To understand the implementation of the script, we will examine each logical block in detail.

The first action that the main script takes is to initialize each of the services.

  client = connect()
  image_service = image.Service(client, IMAGES_PATH)
  container_service = container.Service(client, CONTAINERS_PATH)
  test_service = test.Service(client, IMAGES_PATH, CONTAINERS_PATH)

We give each service access to the Docker daemon, and the path of container.json and/or image.json, depending on their needs. The path to these two JSON files are stored as variables defined in the common.py helper file.

After the service is initialized, we can now begin the update process. We start by checking whether or not the Docker containers to be updated, and the images they are using, are running. If they are, then we need to stop those containers, delete them, and delete the images they are using.

  try:
    test_service.images_exist()
    test_service.containers_running()

    container_service.delete()
    image_service.delete()
  except:
    print(
      'Images and Containers not present - no need for deletions'
    )

The above implementation might seem strange, as we are using try-except to determine whether or not the Docker containers and images are running. The reason for this approach is because we already have code that can check for the existence of containers and images - they are provided by the Test Service.

However, they operate by throwing an error if the containers and/or images are present. We could write additional code that utilizes if/else to accomplish this task, but it is better to use the Test Service in order to follow the principle of “DRY”, or “Don’t Repeat Yourself”.

After the images and containers are removed from the server (if they were being used by the server earlier), we can then pull the newest version of the images from the Docker Hub, and start the containers (using the specified settings in container.json).

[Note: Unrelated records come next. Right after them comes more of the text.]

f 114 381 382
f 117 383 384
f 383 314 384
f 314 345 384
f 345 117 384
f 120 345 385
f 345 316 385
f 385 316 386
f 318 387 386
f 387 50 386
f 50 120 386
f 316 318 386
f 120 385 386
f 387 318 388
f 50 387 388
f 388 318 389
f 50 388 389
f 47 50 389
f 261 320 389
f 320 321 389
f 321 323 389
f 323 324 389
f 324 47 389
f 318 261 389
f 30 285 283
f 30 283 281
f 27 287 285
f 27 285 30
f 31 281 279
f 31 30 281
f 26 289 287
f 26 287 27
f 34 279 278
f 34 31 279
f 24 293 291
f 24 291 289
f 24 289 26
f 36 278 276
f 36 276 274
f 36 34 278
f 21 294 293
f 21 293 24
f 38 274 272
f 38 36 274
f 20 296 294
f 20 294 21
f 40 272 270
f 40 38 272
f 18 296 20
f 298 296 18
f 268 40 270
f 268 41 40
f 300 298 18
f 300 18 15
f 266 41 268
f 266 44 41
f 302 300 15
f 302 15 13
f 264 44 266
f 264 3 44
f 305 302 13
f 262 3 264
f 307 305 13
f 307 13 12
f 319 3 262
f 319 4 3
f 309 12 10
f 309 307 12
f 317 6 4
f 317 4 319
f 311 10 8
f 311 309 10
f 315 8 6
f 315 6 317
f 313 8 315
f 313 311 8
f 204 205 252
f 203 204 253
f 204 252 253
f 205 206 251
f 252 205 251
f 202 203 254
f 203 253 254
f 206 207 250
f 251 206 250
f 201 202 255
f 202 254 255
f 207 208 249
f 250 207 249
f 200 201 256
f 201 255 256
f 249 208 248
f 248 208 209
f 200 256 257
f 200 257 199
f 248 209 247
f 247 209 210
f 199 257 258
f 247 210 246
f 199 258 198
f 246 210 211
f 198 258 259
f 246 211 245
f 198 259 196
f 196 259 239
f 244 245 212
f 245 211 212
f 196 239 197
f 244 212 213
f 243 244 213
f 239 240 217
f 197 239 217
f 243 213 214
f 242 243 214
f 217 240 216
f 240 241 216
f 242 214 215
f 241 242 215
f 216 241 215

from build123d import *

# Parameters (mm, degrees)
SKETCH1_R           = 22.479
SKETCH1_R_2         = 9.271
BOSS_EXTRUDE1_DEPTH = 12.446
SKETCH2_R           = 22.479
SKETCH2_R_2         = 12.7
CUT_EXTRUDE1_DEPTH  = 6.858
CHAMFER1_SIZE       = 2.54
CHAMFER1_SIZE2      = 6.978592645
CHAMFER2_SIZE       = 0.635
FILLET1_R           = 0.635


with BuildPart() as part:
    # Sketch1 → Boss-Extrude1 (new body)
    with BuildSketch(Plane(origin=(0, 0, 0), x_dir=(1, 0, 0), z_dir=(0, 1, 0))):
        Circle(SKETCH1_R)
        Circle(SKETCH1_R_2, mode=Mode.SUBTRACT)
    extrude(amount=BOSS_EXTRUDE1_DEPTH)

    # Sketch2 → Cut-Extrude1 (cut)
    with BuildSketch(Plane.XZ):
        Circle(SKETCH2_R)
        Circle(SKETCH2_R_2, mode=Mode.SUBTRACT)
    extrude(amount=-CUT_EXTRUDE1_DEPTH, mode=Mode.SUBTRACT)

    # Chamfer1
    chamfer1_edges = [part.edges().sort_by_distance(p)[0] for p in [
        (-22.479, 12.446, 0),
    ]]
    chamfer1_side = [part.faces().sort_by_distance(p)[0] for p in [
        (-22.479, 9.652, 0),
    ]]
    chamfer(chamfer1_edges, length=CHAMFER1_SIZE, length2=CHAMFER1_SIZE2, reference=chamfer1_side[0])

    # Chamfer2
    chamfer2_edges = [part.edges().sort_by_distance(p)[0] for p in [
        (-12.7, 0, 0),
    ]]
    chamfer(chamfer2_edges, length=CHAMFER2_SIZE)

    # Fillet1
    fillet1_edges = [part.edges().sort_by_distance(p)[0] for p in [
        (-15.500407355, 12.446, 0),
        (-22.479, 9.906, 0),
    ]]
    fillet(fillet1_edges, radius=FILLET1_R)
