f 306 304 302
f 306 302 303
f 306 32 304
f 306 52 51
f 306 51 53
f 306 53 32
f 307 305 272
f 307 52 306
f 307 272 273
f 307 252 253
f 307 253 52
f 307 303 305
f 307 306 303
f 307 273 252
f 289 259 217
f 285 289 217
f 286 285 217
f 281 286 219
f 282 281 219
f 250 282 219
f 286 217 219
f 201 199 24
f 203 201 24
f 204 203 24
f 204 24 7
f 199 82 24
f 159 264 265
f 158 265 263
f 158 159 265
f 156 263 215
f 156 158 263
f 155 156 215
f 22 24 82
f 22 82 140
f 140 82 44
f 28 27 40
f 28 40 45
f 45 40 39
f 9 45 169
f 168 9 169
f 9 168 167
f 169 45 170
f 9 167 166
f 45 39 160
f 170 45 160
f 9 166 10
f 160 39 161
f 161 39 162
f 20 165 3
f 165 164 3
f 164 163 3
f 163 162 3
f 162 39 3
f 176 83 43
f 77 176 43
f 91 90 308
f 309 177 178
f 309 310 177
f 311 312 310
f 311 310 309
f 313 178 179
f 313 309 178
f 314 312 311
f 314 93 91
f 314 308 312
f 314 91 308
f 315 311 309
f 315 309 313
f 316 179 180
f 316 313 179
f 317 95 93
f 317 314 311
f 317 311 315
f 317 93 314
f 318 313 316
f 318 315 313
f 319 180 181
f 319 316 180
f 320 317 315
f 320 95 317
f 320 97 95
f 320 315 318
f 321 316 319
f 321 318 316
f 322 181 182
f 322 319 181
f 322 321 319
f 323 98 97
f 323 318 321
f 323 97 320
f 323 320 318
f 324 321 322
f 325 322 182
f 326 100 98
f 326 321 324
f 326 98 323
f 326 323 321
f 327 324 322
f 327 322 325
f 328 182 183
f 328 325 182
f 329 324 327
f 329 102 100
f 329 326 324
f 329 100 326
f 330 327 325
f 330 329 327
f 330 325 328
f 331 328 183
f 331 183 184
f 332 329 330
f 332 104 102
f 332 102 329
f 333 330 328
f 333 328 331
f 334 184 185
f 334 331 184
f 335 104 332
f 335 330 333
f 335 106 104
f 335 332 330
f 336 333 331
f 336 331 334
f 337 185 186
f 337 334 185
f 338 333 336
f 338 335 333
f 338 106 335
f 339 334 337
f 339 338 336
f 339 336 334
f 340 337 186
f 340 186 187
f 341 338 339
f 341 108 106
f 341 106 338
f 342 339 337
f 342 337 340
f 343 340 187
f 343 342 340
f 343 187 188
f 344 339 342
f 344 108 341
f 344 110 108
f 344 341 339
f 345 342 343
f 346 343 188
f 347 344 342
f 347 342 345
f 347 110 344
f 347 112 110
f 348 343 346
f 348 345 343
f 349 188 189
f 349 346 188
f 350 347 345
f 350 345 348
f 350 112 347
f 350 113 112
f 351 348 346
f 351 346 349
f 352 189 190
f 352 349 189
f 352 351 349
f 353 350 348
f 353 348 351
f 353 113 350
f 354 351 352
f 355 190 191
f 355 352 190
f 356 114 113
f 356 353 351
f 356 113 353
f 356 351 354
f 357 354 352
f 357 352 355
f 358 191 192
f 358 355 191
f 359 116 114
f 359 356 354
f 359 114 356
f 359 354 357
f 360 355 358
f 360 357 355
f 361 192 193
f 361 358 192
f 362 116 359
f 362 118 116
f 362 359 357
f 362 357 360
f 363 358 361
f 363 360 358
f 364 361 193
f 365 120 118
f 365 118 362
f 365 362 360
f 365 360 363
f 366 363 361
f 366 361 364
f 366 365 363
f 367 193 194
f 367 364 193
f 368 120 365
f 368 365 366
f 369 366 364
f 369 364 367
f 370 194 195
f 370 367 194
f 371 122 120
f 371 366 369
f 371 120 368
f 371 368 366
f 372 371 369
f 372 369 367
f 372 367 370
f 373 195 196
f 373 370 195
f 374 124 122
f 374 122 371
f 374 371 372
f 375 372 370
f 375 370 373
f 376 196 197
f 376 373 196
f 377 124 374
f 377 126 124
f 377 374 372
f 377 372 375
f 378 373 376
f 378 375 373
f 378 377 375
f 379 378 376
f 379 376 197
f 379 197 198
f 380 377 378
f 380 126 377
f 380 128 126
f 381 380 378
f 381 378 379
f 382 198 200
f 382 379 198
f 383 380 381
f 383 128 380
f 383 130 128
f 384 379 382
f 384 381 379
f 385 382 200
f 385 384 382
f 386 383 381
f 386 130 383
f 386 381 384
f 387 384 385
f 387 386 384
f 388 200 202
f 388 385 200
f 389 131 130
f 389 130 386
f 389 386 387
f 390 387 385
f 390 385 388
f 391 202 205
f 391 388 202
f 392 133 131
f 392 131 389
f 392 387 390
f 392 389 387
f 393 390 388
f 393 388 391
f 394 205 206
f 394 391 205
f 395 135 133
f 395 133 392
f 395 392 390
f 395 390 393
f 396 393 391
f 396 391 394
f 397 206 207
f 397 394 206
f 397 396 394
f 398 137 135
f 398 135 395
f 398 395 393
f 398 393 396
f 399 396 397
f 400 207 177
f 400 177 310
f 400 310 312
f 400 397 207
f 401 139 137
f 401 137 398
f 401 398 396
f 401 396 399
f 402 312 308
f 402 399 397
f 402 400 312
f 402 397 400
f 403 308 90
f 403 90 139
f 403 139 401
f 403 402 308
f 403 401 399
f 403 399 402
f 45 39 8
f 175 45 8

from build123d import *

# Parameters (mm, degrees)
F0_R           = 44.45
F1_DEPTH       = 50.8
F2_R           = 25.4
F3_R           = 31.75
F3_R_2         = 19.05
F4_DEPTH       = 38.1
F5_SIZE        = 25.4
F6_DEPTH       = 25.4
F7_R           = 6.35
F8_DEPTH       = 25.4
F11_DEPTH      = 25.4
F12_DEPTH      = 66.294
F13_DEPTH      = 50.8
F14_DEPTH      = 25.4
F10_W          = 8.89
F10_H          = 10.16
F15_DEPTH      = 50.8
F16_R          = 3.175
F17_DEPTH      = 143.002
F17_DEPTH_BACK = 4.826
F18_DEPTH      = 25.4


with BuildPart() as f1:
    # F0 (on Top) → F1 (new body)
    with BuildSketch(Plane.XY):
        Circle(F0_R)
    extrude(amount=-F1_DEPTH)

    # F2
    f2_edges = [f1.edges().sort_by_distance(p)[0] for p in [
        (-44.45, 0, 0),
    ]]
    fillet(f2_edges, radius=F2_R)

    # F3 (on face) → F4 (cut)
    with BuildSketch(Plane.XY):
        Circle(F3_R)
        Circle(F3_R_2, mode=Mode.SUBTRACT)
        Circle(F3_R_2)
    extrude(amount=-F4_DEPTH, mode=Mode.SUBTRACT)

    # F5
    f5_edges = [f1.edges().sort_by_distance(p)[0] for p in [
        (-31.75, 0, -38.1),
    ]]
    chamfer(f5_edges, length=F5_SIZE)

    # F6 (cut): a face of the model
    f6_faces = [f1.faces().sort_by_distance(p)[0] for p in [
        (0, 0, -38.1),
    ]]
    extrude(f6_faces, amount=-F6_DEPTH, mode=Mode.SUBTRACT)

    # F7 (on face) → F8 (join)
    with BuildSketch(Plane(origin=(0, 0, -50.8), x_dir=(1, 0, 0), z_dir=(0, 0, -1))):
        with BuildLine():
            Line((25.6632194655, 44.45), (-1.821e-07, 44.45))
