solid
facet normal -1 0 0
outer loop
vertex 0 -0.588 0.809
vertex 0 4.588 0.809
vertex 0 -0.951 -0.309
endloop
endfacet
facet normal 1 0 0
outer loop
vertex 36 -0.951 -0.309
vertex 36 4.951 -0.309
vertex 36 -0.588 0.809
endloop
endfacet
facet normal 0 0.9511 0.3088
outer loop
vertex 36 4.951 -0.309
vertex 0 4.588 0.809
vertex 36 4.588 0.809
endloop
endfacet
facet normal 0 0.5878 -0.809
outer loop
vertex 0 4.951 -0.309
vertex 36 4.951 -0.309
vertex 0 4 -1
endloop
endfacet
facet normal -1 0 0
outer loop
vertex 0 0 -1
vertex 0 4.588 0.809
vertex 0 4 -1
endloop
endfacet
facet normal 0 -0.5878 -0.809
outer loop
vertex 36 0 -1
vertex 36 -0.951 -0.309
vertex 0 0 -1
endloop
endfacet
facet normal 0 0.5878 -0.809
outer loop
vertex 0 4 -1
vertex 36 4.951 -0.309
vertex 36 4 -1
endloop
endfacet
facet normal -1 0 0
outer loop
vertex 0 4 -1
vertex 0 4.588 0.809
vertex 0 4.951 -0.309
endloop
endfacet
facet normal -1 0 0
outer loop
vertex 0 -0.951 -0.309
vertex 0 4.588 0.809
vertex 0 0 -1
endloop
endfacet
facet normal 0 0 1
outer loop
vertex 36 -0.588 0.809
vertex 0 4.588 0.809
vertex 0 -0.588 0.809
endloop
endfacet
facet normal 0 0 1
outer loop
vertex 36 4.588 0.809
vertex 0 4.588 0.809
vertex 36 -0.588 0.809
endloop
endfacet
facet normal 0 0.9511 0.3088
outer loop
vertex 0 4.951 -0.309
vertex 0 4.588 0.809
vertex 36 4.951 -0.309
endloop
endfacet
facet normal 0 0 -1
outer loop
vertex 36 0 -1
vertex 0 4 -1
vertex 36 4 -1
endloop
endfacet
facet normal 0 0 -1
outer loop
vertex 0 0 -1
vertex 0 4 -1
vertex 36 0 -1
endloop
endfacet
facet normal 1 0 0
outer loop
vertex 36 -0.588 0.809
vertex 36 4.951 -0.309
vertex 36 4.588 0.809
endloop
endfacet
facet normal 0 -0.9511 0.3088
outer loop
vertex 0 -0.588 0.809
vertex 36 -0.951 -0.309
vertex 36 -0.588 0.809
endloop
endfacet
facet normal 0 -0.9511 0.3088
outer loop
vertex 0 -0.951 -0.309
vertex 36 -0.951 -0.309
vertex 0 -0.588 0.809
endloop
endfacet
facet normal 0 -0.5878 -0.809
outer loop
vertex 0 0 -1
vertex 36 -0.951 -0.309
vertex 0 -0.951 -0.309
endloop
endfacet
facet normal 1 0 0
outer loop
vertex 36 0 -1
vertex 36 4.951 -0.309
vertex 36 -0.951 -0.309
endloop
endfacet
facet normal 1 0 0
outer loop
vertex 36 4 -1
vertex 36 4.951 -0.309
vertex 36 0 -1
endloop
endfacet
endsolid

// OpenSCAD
// Variables

// The handle of the lawn mower is not perfect cylinder
// It is taller than it is wide. 21.4mm tall and 21 mm wide
// I use a circle that is slightly bigger for now. 
mowerHandleRadius   = 21.5 / 2;

// Size of the main base
baseMountLength = 40;
baseMountWidth = 28;
baseMountPartWidth = baseMountWidth / 2;

screwWidth = 5;
screwHeadDiameter = 8;
screwHeadDepth = 3;
screwHeadHoleDepth = 2.2;

cylinderPoleWidth = 7.5;
cylinderPoleLength = baseMountPartWidth; //Length of th connecting pole

jointPartWidth = baseMountWidth / 3;

module mainPart(isLeft = true)
{

        // The outer base part
        mountBasePart(isLeft = isLeft);

        %union() 
        {
            // Inner handle pole
        translate( [baseMountLength / 2, 0, baseMountWidth / 2] ) 
        rotate([-90,0,0]) handlePole();    

        // The hinge part
        hingePart(partWidth = 10, thicknes = jointPartWidth);

        }

        

    
}

module mountBasePart(isLeft = true) {
    
    %difference() {
        // Outer cube
        cube([baseMountLength ,baseMountPartWidth, baseMountWidth]);
        
        // Inner cylinder cutout
        translate([0,baseMountPartWidth,baseMountPartWidth]) 
        rotate([0,90,0])
        cylinder(h =baseMountLength, r = mowerHandleRadius);
    }

    mountRimJoiner(length = baseMountLength - 4);
}

// small cylinders that can be either added or cutout or added to the base rim 
module mountRimJoiner(length = 10, depth = 4, thicknes = 2)
{
    rotate([0,90,0]) 
    hull()
    {
        cylinder(h = length, r = thicknes / 2);
    
        translate([0,depth,0]) cylinder(h = length, r = thicknes / 2);
    }
   


}

// The  hinge Part is the part that joins the mount part witht the handle part
module hingePart(partWidth = 10, thicknes = 1, location = "left") {
    rotate([-90,0,0])
    linear_extrude(height = thicknes)  
    hull() {
        square(size = partWidth, center = false);
        translate([partWidth / 2, partWidth, 0]) circle(r = partWidth / 2);
    }
}

module handlePole(screwThicknes = 4.9)
{
    difference() 
    {
        // Outer Cylinder
        cylinder(h = baseMountPartWidth, r = cylinderPoleWidth / 2);

        // Inner Cylinder
        cylinder(h = baseMountPartWidth, r = screwThicknes / 2 );
    }
    
}

mainPart();
//handlePole();
//mountPart();
//jointPart(partWidth = 10, thicknes = jointPartWidth);

//color("blue") jointPart(partWidth = 10, thicknes = 2);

  image_service.download()
  container_service.run()

Does it Work?

In order to test the scripts, I decided to update the Docker containers for my self-hosted Vaultwarden and Gitea instances. Their respective versions before I ran the scripts were as follows:

The version of my Vaultwarden instance before the running the scripts.
The version of my Gitea instance before I ran my scripts.

After checking the versions, I then ran the Python scripts. I recorded a demonstration video of what the Synology’s Container Manager displayed as the scripts were running:

The video perfectly displays the containers being stopped, deleted, and recreated, and the images being removed and re-pulled from the Docker Hub. Even though the Container Manager still said "Vaultwarden" had to be updated, I was able to confirm that the container did update nonetheless, by checking on its version number (discussed further below in this post).

After the scripts ran, I checked the versions of the both the Gitea and Vaultwarden Docker containers. Sure enough, they were all updated.

The Vaultwarden instance updated from version 1.29.1 to 1.29.2.
Even though the version itself is still the same, the Gitea instance updated from build dev-512 to dev-782.

In other words, the scripts were able to update my Docker containers!

Wrapping Up

As I wrap up this post, I should address the elephant in the room: although the Python scripts I wrote were successfully in the task of automatically updating my Docker containers, I did reinvent the wheel. I could have used the Watchtower application, which is an already existing open-source solution that can automatically update my Docker containers.

Nonetheless, I still decided to create these Python scripts. It provided a great learning experience on how to programtically use Docker, and I have a ton of fun playing around with the Python Docker SDK.

Now that I have some familiarity with the Docker SDK, I am excited so see what cool new Docker projects that I can up with next. As the common saying goes, the possibilites are endless.